A couple of days after I wrote my last post I started doing a diet “cleanse”.  The purpose was to rid myself of the massive sugar cravings that I get so often.  My diet has become quite unhealthy as of late, and I am trying to make some positive changes in my physical well being too.  I would definitely go as far as saying that I’m a sugar addict, and I was even getting to the point where I would binge on bags of candy a couple of times per week.  Not good, especially with a history of Diabetes in my family.  Anyway – I started this diet “cleanse” on Sunday.  And since then it’s all gone downhill.  Perhaps it’s the lack of sugar that is causing the increase in OCD symptoms.  My therapist says that sugar increases serotonin levels in the brain.  I don’t know.  All I know is that I feel like crap. 

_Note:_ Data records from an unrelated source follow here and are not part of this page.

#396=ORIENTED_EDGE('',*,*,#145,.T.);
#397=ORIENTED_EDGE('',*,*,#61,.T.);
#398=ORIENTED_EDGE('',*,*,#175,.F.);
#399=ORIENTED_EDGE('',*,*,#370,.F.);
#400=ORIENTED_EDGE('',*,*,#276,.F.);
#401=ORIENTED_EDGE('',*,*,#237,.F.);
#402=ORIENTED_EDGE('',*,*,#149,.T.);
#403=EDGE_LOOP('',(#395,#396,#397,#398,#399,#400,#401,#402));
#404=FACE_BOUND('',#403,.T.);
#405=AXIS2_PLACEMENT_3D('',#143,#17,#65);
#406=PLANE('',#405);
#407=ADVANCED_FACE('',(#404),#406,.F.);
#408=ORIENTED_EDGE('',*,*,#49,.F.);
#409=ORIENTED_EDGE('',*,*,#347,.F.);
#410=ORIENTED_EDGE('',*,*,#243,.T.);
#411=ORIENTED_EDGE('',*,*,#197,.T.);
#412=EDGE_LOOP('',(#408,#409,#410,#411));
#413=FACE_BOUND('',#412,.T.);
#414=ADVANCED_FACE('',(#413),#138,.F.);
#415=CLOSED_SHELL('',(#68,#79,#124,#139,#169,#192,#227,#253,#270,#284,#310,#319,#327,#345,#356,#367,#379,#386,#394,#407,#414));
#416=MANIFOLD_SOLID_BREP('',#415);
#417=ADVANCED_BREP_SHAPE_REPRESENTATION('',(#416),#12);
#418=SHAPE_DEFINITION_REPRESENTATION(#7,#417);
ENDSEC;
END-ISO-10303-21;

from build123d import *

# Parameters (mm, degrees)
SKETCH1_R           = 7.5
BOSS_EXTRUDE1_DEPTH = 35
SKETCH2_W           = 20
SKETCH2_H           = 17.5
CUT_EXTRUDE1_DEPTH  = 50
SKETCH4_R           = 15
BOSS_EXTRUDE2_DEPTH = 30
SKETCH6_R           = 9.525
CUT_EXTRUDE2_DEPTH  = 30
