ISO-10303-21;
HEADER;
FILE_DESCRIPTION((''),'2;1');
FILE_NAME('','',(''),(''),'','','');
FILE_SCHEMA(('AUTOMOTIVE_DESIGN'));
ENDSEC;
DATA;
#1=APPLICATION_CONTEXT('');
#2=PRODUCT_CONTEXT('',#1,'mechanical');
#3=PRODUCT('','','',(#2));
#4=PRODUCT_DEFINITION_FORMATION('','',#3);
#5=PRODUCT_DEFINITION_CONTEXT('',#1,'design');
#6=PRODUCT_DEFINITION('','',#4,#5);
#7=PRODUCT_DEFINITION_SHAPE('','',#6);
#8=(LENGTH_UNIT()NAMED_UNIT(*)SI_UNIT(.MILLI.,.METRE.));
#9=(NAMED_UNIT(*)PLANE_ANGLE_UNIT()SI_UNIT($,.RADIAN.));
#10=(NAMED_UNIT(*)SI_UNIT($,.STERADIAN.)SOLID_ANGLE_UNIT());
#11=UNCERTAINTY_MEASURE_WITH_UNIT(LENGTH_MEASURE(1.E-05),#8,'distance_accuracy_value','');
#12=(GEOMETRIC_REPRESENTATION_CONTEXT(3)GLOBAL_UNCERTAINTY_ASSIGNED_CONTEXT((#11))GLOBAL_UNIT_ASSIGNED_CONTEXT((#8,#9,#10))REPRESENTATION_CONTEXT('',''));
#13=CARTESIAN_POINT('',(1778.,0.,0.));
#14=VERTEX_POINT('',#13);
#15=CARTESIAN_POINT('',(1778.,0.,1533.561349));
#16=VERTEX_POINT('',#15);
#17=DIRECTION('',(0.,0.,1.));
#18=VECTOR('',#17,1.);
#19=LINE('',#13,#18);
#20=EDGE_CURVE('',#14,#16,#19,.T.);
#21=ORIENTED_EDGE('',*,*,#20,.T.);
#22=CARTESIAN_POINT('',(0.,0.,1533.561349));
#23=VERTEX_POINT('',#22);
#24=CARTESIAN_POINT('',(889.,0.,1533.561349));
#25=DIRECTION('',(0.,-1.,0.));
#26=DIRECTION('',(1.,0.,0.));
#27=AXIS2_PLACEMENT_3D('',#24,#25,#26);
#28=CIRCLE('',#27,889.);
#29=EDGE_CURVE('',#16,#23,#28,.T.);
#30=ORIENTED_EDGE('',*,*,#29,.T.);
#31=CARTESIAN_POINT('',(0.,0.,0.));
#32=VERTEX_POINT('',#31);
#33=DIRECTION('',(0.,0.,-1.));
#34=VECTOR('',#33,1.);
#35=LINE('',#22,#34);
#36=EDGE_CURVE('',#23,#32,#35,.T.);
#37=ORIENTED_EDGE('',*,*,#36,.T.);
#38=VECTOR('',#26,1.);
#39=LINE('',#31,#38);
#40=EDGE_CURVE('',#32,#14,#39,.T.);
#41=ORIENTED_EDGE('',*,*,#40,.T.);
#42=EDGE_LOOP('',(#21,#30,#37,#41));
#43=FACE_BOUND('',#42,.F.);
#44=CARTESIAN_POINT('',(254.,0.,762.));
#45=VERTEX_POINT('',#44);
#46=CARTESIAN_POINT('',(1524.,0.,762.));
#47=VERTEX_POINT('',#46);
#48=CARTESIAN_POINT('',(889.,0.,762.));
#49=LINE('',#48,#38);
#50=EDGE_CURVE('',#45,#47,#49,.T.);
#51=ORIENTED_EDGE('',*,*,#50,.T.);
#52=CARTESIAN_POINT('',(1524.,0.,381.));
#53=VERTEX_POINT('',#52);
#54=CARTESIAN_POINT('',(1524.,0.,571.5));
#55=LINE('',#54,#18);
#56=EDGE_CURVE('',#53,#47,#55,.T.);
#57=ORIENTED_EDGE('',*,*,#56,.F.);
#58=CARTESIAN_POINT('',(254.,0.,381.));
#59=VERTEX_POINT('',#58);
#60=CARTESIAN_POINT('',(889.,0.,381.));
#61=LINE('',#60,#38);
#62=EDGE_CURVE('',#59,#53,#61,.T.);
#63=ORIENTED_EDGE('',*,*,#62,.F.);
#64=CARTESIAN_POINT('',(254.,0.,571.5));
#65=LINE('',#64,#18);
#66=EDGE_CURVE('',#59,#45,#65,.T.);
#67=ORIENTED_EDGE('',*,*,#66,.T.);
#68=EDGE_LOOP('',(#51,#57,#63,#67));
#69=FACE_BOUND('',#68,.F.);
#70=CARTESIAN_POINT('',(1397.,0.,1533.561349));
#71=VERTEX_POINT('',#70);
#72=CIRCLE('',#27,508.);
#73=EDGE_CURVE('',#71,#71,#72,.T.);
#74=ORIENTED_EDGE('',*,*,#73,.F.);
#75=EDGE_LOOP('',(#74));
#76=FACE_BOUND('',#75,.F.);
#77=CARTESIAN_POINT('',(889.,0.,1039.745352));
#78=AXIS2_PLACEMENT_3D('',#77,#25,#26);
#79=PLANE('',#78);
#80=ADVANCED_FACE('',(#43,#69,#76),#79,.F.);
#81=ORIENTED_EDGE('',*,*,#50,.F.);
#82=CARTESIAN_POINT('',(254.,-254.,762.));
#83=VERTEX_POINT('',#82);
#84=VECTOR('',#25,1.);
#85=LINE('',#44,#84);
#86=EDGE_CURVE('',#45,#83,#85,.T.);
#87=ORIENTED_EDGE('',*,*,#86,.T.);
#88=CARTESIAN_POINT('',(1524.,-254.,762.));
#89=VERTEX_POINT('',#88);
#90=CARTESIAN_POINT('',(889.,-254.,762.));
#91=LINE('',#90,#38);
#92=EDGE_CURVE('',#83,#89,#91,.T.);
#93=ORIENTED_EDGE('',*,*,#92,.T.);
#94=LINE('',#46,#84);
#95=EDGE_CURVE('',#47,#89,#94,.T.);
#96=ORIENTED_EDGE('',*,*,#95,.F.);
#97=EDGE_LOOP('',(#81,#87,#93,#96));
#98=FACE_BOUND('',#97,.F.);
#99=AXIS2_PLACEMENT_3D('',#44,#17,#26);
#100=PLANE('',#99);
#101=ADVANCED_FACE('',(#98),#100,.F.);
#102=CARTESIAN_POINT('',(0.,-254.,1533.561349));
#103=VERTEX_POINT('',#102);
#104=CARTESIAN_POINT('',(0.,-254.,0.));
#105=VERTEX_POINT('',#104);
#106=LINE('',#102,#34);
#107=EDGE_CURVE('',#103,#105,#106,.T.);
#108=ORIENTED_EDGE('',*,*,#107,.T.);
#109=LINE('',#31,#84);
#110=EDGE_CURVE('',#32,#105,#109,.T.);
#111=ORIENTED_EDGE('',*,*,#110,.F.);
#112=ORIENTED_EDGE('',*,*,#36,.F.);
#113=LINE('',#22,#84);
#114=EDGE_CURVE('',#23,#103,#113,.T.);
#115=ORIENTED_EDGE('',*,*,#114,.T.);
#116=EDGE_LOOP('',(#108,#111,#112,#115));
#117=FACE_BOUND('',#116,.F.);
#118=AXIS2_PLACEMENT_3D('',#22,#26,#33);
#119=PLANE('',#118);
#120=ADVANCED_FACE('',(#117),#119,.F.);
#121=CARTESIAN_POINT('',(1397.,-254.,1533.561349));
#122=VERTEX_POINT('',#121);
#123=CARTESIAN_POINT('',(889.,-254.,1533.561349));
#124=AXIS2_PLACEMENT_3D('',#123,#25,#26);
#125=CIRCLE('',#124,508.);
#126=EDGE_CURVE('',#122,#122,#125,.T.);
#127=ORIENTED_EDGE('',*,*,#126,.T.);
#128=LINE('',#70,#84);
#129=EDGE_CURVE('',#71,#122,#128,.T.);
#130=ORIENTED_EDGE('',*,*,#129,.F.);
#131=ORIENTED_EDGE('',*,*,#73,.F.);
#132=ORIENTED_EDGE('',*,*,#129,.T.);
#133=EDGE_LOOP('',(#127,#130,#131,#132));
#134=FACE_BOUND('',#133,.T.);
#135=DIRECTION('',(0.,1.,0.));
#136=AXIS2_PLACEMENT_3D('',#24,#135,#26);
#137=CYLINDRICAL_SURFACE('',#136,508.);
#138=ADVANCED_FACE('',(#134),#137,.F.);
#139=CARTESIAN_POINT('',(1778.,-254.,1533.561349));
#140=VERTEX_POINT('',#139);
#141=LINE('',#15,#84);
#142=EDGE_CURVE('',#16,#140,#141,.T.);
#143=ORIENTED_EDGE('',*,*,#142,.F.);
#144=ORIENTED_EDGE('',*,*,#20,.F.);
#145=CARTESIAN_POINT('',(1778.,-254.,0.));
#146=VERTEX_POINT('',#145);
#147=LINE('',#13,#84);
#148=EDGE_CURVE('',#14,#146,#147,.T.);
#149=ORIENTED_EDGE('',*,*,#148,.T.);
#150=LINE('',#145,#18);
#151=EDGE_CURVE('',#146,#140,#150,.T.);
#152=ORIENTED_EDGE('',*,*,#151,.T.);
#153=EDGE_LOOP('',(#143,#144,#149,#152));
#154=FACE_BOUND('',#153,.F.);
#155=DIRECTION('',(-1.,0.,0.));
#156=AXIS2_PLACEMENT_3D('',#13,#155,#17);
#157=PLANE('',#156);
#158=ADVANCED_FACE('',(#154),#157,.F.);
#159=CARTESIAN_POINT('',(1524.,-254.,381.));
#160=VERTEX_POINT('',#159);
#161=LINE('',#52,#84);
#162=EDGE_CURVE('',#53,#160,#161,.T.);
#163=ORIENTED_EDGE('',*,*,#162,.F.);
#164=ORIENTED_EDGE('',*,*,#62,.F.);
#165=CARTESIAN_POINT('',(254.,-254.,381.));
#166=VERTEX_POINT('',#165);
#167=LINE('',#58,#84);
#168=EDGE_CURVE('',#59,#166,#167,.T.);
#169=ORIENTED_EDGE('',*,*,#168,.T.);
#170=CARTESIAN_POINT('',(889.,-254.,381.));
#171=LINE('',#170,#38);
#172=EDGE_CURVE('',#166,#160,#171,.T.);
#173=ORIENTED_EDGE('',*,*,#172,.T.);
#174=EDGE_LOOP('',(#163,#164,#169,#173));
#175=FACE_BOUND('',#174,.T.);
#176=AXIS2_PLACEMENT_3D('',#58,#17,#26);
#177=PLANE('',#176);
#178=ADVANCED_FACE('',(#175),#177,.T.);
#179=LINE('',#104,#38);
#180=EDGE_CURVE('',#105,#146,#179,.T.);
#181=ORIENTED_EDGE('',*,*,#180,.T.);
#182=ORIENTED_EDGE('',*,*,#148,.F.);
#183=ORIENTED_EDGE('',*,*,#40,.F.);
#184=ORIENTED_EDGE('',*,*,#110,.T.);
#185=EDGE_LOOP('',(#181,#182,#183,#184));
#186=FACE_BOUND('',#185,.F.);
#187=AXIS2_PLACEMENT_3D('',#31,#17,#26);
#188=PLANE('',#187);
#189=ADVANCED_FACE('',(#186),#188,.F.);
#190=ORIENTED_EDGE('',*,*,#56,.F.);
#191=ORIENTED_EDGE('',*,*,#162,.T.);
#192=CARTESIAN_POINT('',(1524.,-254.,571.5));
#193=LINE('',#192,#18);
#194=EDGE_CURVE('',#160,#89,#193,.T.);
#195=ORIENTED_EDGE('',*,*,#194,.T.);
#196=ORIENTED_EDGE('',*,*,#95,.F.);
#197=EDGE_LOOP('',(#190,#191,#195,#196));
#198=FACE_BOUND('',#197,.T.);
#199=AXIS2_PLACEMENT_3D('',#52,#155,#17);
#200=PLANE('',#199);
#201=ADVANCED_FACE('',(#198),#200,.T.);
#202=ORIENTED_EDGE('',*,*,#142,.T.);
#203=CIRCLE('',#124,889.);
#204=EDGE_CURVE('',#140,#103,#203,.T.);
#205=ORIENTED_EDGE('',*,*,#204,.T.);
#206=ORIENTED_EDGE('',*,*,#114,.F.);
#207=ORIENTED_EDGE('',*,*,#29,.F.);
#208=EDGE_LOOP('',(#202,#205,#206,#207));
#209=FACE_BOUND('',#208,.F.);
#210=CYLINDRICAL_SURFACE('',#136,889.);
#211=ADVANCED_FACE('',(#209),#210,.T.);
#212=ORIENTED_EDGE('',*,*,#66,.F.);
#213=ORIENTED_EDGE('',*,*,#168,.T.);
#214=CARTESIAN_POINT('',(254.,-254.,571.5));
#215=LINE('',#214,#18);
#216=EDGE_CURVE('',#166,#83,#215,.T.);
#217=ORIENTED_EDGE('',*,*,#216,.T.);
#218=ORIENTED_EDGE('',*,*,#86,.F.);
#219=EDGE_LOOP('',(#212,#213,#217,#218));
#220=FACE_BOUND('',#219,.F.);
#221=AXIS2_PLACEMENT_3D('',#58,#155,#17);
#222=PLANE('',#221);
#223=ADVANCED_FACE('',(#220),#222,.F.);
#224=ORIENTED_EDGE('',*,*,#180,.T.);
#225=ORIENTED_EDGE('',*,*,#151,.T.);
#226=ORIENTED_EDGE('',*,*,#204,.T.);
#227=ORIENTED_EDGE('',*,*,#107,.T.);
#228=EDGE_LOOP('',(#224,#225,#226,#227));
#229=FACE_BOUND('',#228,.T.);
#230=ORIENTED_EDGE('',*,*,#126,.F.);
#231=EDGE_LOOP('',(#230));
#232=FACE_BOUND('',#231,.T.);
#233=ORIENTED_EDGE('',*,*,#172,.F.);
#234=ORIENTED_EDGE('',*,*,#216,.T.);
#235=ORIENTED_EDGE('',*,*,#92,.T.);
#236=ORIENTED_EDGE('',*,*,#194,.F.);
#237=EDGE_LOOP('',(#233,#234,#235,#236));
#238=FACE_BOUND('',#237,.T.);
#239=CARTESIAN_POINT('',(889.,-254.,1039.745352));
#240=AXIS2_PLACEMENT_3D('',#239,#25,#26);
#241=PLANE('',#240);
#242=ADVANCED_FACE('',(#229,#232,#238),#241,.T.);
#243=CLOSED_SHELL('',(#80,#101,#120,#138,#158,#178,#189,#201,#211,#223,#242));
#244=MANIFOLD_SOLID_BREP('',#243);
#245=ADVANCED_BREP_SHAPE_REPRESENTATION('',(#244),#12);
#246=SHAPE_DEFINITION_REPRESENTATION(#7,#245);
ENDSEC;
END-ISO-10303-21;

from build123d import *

# Parameters (mm, degrees)
F0_W     = 1270
F0_H     = 381
F0_R     = 508
F1_DEPTH = 254


with BuildPart() as f1:
    # F0 (on Front) → F1 (new body)
    with BuildSketch(Plane.XZ):
        with BuildLine():
            Line((0, 1524), (0, 0))
            Line((0, 0), (1778, 0))
            Line((1778, 0), (1778, 1524))
            Line((1778, 1524), (1778, 1533.561349))
            ThreePointArc((1778, 1533.561349), (889, 2422.561349), (0, 1533.561349))
            Line((0, 1533.561349), (0, 1524))
        make_face()
        with Locations((889, 571.5)):
            Rectangle(F0_W, F0_H, mode=Mode.SUBTRACT)
        with Locations((889, 1533.561349)):
            Circle(F0_R, mode=Mode.SUBTRACT)
    extrude(amount=F1_DEPTH)


solid = f1.part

My last exposure exercise went OK.  Definitely not a slam dunk like a few of the others had been, but I got through it to the point where it wasn’t bothering me as much.  More importantly – I was so keen to the OCD words – and I wasn’t doing any compulsions.  And then the wheels fell off. 

My ERP homework this week is to watch some videos on AfterEllen.com.  Today was my second day, and HOLY CRAP – it’s hard.  The OCD voice is saying so many things that scare me and that I want to latch on to.  I am trying so hard to see it for what it is.  I just want to cry. 

I was going to skip my ERP homework tonight after having a horrible day.  But I sent an email to my therapist, and he reminded me that it would be important to persevere.  So, that’s what I did.  Do I feel better for having done my homework?  Nope.  Do I want to curl up in a ball and cry?  Yep. 
I hate OCD. 

May 19, 2011

OCD is Insidious

If you read ExpWoman’s blog, you will know that she is doing a series of blog posts called OCD: A to Z.  I have identified so well with all of the posts in her series, and today, as I was finishing my exposure therapy, I came up with a great word that would have worked well for her series under the “I”.  The word is INSIDIOUS.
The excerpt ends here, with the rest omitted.